START MATERIAL FOR THIS EXERCISE
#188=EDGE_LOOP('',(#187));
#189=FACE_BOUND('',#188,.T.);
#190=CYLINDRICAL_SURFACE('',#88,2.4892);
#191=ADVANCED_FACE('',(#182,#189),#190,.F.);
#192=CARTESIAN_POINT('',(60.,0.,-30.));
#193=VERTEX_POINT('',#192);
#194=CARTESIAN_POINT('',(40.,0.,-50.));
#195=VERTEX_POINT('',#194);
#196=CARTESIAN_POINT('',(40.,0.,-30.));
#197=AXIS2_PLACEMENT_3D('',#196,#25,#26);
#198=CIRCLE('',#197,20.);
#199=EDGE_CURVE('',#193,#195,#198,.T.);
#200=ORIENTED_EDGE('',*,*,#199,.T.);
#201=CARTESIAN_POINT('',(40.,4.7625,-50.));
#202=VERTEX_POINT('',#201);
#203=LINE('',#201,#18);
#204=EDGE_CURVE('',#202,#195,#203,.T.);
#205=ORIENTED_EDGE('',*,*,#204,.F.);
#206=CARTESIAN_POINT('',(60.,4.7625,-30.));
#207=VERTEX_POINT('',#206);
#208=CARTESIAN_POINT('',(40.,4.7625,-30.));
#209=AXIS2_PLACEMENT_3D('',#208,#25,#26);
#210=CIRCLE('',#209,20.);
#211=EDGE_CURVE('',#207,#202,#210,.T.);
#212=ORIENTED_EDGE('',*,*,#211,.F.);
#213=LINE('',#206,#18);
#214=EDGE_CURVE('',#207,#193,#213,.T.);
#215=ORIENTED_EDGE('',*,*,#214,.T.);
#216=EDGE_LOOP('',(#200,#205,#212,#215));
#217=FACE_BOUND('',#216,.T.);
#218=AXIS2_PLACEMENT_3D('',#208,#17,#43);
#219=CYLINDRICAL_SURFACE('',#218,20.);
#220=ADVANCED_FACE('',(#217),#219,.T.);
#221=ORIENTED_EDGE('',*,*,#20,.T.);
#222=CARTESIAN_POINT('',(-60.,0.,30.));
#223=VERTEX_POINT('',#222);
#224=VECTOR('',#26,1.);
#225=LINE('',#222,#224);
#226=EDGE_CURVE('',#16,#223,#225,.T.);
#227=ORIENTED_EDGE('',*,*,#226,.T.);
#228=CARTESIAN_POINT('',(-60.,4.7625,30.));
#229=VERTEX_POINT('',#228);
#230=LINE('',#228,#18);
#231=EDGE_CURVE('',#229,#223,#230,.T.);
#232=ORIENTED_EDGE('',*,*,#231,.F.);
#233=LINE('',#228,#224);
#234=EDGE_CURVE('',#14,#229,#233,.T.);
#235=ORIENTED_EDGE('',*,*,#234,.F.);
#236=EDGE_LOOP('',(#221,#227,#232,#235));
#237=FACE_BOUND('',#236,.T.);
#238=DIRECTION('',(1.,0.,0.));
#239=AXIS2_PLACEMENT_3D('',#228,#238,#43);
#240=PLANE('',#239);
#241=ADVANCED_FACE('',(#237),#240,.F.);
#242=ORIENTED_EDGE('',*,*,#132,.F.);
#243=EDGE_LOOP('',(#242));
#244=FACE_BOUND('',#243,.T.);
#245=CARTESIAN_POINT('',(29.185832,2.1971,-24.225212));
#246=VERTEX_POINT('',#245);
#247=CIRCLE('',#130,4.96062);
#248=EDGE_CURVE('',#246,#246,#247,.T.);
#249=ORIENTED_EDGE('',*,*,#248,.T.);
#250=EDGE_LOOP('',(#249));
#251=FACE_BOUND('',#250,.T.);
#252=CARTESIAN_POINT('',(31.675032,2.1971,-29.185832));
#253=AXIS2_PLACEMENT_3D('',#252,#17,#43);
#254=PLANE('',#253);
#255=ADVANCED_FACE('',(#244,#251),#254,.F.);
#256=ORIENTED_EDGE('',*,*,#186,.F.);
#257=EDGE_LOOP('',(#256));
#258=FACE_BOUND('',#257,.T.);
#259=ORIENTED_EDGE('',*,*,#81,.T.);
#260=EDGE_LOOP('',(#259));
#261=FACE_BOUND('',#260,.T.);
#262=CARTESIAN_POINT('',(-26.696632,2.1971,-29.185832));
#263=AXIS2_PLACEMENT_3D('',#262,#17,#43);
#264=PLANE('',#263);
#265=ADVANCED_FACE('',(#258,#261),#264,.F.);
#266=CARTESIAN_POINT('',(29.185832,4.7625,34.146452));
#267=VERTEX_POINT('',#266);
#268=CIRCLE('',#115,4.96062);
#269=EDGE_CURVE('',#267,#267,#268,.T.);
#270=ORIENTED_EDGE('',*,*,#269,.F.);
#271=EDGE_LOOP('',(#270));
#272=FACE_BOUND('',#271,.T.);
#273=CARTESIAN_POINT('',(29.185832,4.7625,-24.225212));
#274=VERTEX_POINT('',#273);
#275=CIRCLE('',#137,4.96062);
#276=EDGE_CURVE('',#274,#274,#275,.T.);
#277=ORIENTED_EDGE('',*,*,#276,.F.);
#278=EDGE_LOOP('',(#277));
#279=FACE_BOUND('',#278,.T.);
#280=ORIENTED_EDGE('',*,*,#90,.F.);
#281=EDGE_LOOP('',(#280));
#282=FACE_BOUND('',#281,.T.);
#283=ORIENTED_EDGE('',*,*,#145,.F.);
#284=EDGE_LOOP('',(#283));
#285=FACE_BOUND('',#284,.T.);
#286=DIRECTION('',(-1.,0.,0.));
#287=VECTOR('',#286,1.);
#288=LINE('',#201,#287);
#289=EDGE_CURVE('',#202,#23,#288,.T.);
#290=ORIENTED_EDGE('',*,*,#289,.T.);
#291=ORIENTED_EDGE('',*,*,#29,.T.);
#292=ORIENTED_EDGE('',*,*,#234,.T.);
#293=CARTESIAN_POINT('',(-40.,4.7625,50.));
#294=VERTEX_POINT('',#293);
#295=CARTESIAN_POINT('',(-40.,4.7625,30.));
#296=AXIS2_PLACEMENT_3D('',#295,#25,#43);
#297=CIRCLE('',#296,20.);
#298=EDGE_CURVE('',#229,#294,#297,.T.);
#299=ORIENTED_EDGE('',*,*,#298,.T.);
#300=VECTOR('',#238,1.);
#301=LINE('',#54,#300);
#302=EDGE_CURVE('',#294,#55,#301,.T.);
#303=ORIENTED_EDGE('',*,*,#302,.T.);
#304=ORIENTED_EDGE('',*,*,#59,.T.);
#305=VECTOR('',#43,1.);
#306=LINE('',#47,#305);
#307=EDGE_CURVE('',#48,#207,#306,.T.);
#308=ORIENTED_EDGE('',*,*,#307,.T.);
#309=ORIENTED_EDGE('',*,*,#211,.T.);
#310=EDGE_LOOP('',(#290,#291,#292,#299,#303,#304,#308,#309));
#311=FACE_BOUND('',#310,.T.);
END MATERIAL FOR THIS EXERCISE
* [WHAT TO DO]
Reproduce only the lines above, starting at the line with "#283=ORIENTED_EDGE('',*,*,#145,.F.);" and ending at the line with "#295=CARTESIAN_POINT('',(-40.,4.7625,30.));", exactly as written.

* [ANSWER BOX]
#283=ORIENTED_EDGE('',*,*,#145,.F.);
#284=EDGE_LOOP('',(#283));
#285=FACE_BOUND('',#284,.T.);
#286=DIRECTION('',(-1.,0.,0.));
#287=VECTOR('',#286,1.);
#288=LINE('',#201,#287);
#289=EDGE_CURVE('',#202,#23,#288,.T.);
#290=ORIENTED_EDGE('',*,*,#289,.T.);
#291=ORIENTED_EDGE('',*,*,#29,.T.);
#292=ORIENTED_EDGE('',*,*,#234,.T.);
#293=CARTESIAN_POINT('',(-40.,4.7625,50.));
#294=VERTEX_POINT('',#293);
#295=CARTESIAN_POINT('',(-40.,4.7625,30.));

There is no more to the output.